Pak Harry, an enthusiast from Malaysia, runs a business offering advice to budding swiftlet rustlers via Skype, ebooks and consultations. “The most common mistake is not making the houses dark enough,” he said. Sound is another key factor. Owners of new houses play recordings of swiftlet mating calls in order to lure the birds inside.

“The sound is a marketing tool for the birds,” said Harry. “If you are using old speakers the birds might not like it, so I advise clients to buy the best recordings and play them on the highest quality speakers. I also promote using multiple sounds: running four or five different recordings at different locations in the house.”

The explosion of birdhouses has led old hands such as Reich to bemoan the loss of a golden era. “Ten years ago I could sell a kilo of top-grade nests for THB100,000 (about $3,000),” she said. “But now I’m lucky to get THB50,000 (about $1,500).”

On top of that the market is only just recovering from a 2011 health scare when excessive concentrations of nitrates were found in some nests. According to a report in the South China Morning Post, some suppliers had started using “chemical nitrate to turn white nests orange or red, colours that usually indicate a particularly rare specimen found only in specific caves.”

Despite its problems, the swiftlet business has left an indelible mark on many communities in Southeast Asia, not least Pak Phanang. On any given road, shops sell swiftlet accessories, boxes of medical-grade nests or anti-ageing serums boasting rejuvenating nests as their main ingredient.

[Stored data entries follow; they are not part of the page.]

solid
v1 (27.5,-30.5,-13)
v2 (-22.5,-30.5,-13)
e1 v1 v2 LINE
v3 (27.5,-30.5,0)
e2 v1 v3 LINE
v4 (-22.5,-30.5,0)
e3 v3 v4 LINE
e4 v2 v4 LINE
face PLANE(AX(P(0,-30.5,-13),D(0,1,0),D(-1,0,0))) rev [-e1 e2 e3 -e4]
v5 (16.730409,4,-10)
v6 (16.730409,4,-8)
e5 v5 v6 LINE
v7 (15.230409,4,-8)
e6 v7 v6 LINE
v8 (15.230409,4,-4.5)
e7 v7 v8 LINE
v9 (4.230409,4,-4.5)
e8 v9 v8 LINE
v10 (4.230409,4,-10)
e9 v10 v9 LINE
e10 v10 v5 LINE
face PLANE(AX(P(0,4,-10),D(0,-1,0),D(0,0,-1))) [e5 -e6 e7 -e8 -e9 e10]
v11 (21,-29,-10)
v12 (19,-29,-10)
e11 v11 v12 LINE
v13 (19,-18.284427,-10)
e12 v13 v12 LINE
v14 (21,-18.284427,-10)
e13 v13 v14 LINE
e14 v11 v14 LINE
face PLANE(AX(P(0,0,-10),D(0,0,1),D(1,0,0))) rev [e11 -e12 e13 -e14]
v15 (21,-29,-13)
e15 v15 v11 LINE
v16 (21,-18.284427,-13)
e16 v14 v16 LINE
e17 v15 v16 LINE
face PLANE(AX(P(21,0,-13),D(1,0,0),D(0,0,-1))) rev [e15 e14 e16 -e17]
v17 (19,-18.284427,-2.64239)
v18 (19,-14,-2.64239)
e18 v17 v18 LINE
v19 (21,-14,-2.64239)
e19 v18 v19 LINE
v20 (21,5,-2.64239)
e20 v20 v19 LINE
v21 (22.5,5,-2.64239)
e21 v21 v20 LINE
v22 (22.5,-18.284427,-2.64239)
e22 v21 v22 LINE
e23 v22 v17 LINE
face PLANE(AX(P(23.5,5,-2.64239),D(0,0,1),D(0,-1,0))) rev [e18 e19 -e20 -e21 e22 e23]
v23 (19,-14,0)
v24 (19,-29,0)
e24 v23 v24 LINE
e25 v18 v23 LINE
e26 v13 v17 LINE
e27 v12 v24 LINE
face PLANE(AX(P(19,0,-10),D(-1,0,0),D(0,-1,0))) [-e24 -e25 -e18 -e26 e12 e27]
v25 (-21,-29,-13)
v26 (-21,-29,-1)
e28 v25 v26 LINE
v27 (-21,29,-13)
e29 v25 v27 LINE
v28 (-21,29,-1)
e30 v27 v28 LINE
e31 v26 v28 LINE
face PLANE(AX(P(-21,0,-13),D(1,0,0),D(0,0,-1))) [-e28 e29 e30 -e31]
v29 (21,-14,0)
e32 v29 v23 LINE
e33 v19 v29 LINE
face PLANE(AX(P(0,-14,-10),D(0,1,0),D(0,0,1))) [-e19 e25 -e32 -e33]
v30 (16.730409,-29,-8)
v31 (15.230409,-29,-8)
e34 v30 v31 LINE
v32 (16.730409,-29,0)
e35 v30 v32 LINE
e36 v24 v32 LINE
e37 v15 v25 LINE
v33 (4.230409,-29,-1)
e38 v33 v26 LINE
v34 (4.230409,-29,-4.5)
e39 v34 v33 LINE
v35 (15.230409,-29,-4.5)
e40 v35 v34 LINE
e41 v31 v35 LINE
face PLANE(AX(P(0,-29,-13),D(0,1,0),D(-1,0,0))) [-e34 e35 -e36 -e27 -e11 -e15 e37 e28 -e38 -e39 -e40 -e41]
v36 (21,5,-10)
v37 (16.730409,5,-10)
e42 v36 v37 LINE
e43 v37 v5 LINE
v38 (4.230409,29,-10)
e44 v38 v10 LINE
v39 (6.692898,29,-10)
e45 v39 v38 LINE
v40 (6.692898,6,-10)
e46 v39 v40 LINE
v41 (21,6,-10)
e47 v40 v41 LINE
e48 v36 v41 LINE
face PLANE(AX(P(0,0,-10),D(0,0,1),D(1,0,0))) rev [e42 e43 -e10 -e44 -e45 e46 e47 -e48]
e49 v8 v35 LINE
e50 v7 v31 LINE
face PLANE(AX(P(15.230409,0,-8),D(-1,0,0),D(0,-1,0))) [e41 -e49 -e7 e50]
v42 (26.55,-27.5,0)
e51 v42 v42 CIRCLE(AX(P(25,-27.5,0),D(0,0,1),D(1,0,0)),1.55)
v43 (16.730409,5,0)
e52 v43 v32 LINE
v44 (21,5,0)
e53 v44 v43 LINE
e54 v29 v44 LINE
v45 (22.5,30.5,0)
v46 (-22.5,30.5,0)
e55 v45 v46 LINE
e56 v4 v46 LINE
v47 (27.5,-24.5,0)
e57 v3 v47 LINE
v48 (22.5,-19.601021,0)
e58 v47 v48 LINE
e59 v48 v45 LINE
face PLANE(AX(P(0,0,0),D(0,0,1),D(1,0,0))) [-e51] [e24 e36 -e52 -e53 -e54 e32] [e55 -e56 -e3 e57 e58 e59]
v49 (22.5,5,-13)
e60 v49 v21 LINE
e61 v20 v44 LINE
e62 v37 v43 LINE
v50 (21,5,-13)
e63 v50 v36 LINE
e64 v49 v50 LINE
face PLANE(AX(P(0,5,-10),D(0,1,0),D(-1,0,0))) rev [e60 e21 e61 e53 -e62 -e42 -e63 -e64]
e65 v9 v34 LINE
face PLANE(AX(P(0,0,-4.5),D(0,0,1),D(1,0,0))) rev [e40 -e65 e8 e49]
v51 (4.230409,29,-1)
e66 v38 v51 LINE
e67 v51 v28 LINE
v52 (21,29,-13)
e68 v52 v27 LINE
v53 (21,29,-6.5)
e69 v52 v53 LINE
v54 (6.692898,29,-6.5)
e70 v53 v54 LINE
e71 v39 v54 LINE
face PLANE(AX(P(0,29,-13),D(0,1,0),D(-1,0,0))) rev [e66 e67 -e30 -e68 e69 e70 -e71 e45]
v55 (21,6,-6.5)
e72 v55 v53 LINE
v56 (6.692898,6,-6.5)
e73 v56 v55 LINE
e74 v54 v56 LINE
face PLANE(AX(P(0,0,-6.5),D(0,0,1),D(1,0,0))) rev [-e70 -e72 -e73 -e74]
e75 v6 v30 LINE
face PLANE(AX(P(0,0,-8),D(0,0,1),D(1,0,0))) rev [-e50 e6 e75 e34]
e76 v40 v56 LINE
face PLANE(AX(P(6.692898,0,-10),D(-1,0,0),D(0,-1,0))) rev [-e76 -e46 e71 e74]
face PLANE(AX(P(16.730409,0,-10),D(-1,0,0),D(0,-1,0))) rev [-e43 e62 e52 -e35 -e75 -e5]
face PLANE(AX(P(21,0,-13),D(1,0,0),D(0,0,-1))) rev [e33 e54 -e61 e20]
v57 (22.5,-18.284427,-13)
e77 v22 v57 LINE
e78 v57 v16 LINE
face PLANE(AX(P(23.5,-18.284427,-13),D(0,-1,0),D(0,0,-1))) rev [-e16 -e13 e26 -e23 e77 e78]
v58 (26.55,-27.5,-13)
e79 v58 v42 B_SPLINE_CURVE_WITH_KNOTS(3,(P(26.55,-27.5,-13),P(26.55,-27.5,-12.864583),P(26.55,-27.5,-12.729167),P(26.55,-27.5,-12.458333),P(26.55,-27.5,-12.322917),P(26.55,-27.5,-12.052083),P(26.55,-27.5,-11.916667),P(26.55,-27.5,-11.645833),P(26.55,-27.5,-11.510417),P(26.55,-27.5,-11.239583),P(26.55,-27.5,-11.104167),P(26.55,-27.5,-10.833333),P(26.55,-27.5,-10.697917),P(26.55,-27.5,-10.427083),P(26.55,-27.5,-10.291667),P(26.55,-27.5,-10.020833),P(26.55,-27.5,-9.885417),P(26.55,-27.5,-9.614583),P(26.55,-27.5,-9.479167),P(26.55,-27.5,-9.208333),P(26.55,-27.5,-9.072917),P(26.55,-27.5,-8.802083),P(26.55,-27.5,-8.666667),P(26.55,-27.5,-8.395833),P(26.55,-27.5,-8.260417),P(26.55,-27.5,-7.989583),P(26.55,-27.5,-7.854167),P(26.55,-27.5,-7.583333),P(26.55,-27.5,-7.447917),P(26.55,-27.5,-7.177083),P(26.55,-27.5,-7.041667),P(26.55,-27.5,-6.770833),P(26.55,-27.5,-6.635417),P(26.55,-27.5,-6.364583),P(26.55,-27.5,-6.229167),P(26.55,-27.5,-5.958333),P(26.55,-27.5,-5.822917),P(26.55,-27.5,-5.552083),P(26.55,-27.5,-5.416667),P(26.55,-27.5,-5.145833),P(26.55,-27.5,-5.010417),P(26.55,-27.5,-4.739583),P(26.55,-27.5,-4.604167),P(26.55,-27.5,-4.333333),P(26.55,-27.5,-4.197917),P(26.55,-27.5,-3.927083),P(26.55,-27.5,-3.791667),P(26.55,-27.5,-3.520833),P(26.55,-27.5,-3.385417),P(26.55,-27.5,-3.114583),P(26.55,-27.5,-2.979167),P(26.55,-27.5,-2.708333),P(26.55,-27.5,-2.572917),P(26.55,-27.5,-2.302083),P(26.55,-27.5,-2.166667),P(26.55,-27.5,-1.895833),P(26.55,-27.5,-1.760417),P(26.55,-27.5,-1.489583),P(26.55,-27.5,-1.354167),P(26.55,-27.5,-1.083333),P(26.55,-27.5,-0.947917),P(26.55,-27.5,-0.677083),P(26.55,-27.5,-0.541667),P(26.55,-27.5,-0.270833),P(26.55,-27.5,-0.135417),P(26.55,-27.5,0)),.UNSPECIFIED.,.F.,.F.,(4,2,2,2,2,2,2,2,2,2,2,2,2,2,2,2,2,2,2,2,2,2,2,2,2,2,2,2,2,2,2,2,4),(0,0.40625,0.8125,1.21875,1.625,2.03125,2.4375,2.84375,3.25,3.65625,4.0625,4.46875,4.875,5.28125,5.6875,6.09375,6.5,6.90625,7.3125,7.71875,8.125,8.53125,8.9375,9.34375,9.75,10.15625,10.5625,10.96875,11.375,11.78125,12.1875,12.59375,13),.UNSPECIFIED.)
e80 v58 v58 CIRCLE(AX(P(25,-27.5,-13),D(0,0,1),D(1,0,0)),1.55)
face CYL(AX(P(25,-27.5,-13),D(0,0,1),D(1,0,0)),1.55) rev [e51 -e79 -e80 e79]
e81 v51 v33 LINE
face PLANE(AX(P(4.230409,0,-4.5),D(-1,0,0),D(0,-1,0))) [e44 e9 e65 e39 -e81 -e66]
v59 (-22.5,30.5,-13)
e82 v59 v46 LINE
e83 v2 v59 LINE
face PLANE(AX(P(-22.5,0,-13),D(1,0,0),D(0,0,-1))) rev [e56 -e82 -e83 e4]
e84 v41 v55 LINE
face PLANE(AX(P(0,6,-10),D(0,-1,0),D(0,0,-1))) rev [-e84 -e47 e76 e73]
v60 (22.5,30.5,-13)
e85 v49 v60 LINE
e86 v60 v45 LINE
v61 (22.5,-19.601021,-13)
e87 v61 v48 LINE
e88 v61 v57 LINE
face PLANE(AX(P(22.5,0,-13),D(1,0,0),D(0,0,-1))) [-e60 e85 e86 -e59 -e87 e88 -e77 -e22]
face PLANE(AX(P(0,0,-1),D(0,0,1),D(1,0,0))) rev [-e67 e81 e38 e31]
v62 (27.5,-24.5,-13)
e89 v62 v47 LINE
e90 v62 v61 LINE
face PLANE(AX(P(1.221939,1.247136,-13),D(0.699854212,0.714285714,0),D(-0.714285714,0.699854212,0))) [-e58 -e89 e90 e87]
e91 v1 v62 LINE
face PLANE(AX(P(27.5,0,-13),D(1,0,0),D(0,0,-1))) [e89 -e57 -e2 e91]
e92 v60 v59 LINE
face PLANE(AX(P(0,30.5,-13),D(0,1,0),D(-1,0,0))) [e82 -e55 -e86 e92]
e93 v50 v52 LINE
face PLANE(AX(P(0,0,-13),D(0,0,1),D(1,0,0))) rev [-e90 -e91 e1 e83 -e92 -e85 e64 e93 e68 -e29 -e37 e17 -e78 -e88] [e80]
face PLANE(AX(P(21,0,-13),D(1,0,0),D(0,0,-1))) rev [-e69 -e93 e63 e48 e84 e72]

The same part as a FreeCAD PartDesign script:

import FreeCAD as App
import Part
import Sketcher

V = App.Vector

doc = App.newDocument("Part")
body = doc.addObject("PartDesign::Body", "Body")

# Sketch on XY plane
sketch1 = body.newObject("Sketcher::SketchObject", "Sketch")
sketch1.AttachmentSupport = (doc.getObject("XY_Plane"), [""])
sketch1.MapMode = "FlatFace"
sketch1.addGeometry([
    Part.LineSegment(V(-22.5, 30.5, 0), V(-22.5, -30.5, 0)),  # 0
    Part.LineSegment(V(-22.5, -30.5, 0), V(27.5, -30.5, 0)),  # 1
    Part.LineSegment(V(27.5, -30.5, 0), V(27.5, -24.5, 0)),  # 2
    Part.LineSegment(V(27.5, -24.5, 0), V(22.5, -19.6, 0)),  # 3
    Part.LineSegment(V(22.5, -19.6, 0), V(22.5, 30.5, 0)),  # 4
    Part.LineSegment(V(22.5, 30.5, 0), V(-22.5, 30.5, 0)),  # 5
    Part.LineSegment(V(21, -29, 0), V(-21, -29, 0)),  # 6
    Part.LineSegment(V(-21, -29, 0), V(-21, 29, 0)),  # 7
    Part.LineSegment(V(-21, 29, 0), V(21, 29, 0)),  # 8
    Part.LineSegment(V(21, 29, 0), V(21, -29, 0)),  # 9
    Part.Circle(V(25, -27.5, 0), V(0, 0, 1), 1.6),  # 10
], False)
sketch1.addConstraint([
    Sketcher.Constraint("Coincident", 0, 2, 1, 1),
    Sketcher.Constraint("Coincident", 1, 2, 2, 1),
    Sketcher.Constraint("Coincident", 2, 2, 3, 1),
    Sketcher.Constraint("Coincident", 3, 2, 4, 1),
    Sketcher.Constraint("Coincident", 4, 2, 5, 1),
    Sketcher.Constraint("Coincident", 5, 2, 0, 1),
    Sketcher.Constraint("Coincident", 6, 2, 7, 1),
    Sketcher.Constraint("Coincident", 7, 2, 8, 1),
    Sketcher.Constraint("Coincident", 8, 2, 9, 1),
    Sketcher.Constraint("Coincident", 9, 2, 6, 1),
    Sketcher.Constraint("Vertical", 0),
    Sketcher.Constraint("Horizontal", 1),
    Sketcher.Constraint("Vertical", 2),
    Sketcher.Constraint("Vertical", 4),
    Sketcher.Constraint("Horizontal", 5),
    Sketcher.Constraint("Horizontal", 6),
    Sketcher.Constraint("Vertical", 7),
    Sketcher.Constraint("Horizontal", 8),
    Sketcher.Constraint("Vertical", 9),
    Sketcher.Constraint("Symmetric", 0, 2, 4, 2, -1, 1),
    Sketcher.Constraint("Symmetric", 6, 2, 8, 2, -1, 1),
    Sketcher.Constraint("Diameter", 10, 3.1),
    Sketcher.Constraint("DistanceX", 1, 1, 1, 2, 50.0),
    Sketcher.Constraint("DistanceX", 5, 2, 5, 1, 45.0),
    Sketcher.Constraint("DistanceX", 6, 2, 6, 1, 42.0),
    Sketcher.Constraint("DistanceY", 0, 2, 0, 1, 61.0),
    Sketcher.Constraint("DistanceY", 2, 1, 2, 2, 6.0),
    Sketcher.Constraint("DistanceY", 7, 1, 7, 2, 58.0),
    Sketcher.Constraint("Distance", 3, 7.0),
    Sketcher.Constraint("DistanceX", -1, 1, 10, 3, 25.0),
    Sketcher.Constraint("DistanceY", 0, 2, 10, 3, 3.0),
])
pad1 = body.newObject("PartDesign::Pad", "Pad")
pad1.Profile = sketch1
pad1.Length = 13
pad1.Reversed = True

Somsak and Niramon Monkaew are   a husband and wife from Pak Phanang who recently converted the top two floors of their building to accommodate a growing population of birds.

“This was the best idea my husband has had in a long time,” said Niramon, waving around a bottle of edible nest drink. “We do it together as a family and we’re very happy because we have an extra income.”